### BRIEF
Return, word for word, the lines of the listing below from the one with "#96=PLANE('',#95);" through the one with "# FreeCAD 1.0 macro for this part", and no other lines.

═════ RECORD SET ═════

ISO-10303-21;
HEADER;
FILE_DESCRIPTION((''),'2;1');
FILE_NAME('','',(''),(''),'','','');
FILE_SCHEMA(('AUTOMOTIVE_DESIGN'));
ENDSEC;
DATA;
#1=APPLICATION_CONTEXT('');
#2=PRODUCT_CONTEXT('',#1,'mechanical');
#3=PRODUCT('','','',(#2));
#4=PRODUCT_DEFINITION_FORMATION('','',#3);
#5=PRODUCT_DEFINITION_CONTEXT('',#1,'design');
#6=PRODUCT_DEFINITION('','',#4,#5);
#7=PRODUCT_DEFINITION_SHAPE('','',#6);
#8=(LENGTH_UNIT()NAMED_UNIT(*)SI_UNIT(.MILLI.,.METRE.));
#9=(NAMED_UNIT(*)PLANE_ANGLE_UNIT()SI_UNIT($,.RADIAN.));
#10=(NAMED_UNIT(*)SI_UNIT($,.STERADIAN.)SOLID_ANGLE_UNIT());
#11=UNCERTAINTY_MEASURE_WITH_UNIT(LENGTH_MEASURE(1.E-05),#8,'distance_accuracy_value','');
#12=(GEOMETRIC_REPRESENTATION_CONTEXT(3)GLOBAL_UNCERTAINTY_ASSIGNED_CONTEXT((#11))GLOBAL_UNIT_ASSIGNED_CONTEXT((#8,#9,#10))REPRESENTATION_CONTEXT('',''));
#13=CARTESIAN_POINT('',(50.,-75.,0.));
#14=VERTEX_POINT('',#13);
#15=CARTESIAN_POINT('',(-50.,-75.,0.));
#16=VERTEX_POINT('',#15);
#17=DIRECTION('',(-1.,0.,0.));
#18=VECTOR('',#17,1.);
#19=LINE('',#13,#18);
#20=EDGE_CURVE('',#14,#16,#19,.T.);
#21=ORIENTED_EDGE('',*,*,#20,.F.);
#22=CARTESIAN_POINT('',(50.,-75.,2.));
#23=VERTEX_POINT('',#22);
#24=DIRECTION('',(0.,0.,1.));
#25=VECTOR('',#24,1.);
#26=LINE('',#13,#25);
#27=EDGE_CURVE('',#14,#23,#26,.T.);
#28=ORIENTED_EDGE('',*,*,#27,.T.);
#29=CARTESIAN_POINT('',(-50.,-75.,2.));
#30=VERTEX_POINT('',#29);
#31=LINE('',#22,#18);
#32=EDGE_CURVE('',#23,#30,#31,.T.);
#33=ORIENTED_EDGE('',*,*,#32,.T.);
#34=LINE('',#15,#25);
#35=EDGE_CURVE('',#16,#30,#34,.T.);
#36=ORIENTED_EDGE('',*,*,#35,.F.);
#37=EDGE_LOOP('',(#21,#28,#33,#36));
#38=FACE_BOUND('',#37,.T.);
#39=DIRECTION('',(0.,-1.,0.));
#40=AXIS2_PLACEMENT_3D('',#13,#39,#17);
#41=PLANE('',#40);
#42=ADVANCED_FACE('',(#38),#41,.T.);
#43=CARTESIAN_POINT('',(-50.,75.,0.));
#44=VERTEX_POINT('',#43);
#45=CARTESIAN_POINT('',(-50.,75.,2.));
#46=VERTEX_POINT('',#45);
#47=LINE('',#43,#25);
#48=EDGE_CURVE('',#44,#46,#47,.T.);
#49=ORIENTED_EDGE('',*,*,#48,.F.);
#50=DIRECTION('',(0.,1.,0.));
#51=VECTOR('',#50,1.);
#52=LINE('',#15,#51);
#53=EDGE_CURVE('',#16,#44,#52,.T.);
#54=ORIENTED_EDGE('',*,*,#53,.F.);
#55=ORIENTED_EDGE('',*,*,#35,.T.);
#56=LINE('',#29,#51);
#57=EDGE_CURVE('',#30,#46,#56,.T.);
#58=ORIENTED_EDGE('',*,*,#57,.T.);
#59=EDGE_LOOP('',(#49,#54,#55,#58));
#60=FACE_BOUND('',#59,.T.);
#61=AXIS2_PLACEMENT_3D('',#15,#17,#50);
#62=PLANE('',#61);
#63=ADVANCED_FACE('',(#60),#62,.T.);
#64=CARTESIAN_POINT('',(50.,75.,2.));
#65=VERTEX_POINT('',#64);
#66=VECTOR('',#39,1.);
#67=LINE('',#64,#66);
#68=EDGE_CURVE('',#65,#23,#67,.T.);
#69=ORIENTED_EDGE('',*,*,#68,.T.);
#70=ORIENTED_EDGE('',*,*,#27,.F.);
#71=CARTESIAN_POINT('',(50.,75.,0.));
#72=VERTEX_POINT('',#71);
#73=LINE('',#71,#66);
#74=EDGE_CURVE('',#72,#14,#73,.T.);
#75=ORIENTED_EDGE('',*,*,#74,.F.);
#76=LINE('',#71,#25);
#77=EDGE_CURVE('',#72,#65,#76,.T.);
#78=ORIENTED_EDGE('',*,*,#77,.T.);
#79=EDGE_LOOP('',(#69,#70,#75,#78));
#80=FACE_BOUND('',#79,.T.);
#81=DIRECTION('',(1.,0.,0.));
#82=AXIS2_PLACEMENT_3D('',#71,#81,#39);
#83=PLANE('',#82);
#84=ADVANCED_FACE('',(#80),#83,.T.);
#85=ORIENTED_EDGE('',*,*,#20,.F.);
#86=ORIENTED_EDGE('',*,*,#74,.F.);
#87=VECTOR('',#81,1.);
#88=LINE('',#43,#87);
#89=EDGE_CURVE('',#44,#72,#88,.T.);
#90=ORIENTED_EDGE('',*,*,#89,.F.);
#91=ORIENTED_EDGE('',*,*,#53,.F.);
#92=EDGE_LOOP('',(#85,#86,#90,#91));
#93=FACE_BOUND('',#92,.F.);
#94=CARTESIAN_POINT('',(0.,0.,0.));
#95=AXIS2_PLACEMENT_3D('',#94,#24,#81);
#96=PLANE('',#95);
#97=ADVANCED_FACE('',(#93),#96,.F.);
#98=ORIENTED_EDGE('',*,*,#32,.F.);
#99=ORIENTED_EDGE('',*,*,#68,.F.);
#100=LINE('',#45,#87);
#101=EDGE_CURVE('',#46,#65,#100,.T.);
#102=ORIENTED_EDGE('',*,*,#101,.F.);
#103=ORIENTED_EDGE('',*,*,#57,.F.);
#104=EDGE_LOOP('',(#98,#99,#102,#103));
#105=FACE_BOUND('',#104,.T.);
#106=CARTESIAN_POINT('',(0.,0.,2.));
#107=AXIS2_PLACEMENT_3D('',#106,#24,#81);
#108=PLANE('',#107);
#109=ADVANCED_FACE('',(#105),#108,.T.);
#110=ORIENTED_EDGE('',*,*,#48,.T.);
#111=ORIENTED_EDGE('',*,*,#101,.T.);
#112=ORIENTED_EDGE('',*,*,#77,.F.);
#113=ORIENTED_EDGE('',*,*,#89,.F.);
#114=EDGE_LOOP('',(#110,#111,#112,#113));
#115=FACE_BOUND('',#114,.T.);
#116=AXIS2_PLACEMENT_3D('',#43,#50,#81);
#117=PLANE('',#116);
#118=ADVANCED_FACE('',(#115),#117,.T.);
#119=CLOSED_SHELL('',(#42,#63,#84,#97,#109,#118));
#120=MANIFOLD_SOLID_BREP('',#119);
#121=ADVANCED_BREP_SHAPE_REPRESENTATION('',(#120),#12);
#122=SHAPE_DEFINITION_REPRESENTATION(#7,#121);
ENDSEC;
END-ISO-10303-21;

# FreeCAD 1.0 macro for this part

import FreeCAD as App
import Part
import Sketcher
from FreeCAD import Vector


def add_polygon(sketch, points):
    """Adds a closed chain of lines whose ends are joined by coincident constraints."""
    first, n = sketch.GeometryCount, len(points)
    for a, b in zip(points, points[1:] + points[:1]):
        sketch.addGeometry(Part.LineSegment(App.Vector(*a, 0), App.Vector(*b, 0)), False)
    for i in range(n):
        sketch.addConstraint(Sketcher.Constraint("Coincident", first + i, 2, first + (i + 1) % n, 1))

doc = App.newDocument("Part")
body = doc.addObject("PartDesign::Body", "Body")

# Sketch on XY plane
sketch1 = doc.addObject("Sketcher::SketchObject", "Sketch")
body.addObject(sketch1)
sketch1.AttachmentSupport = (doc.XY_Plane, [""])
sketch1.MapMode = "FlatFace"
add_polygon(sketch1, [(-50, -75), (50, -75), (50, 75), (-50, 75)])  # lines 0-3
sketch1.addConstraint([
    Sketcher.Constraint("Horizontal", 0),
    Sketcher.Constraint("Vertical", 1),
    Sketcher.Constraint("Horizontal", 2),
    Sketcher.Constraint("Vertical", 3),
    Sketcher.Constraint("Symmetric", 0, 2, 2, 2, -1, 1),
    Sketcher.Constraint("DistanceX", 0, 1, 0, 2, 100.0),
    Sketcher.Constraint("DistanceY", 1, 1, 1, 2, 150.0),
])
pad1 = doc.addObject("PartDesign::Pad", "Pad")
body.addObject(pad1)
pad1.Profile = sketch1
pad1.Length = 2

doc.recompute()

═════

### SOLUTION TO THIS EXERCISE
#96=PLANE('',#95);
#97=ADVANCED_FACE('',(#93),#96,.F.);
#98=ORIENTED_EDGE('',*,*,#32,.F.);
#99=ORIENTED_EDGE('',*,*,#68,.F.);
#100=LINE('',#45,#87);
#101=EDGE_CURVE('',#46,#65,#100,.T.);
#102=ORIENTED_EDGE('',*,*,#101,.F.);
#103=ORIENTED_EDGE('',*,*,#57,.F.);
#104=EDGE_LOOP('',(#98,#99,#102,#103));
#105=FACE_BOUND('',#104,.T.);
#106=CARTESIAN_POINT('',(0.,0.,2.));
#107=AXIS2_PLACEMENT_3D('',#106,#24,#81);
#108=PLANE('',#107);
#109=ADVANCED_FACE('',(#105),#108,.T.);
#110=ORIENTED_EDGE('',*,*,#48,.T.);
#111=ORIENTED_EDGE('',*,*,#101,.T.);
#112=ORIENTED_EDGE('',*,*,#77,.F.);
#113=ORIENTED_EDGE('',*,*,#89,.F.);
#114=EDGE_LOOP('',(#110,#111,#112,#113));
#115=FACE_BOUND('',#114,.T.);
#116=AXIS2_PLACEMENT_3D('',#43,#50,#81);
#117=PLANE('',#116);
#118=ADVANCED_FACE('',(#115),#117,.T.);
#119=CLOSED_SHELL('',(#42,#63,#84,#97,#109,#118));
#120=MANIFOLD_SOLID_BREP('',#119);
#121=ADVANCED_BREP_SHAPE_REPRESENTATION('',(#120),#12);
#122=SHAPE_DEFINITION_REPRESENTATION(#7,#121);
ENDSEC;
END-ISO-10303-21;

# FreeCAD 1.0 macro for this part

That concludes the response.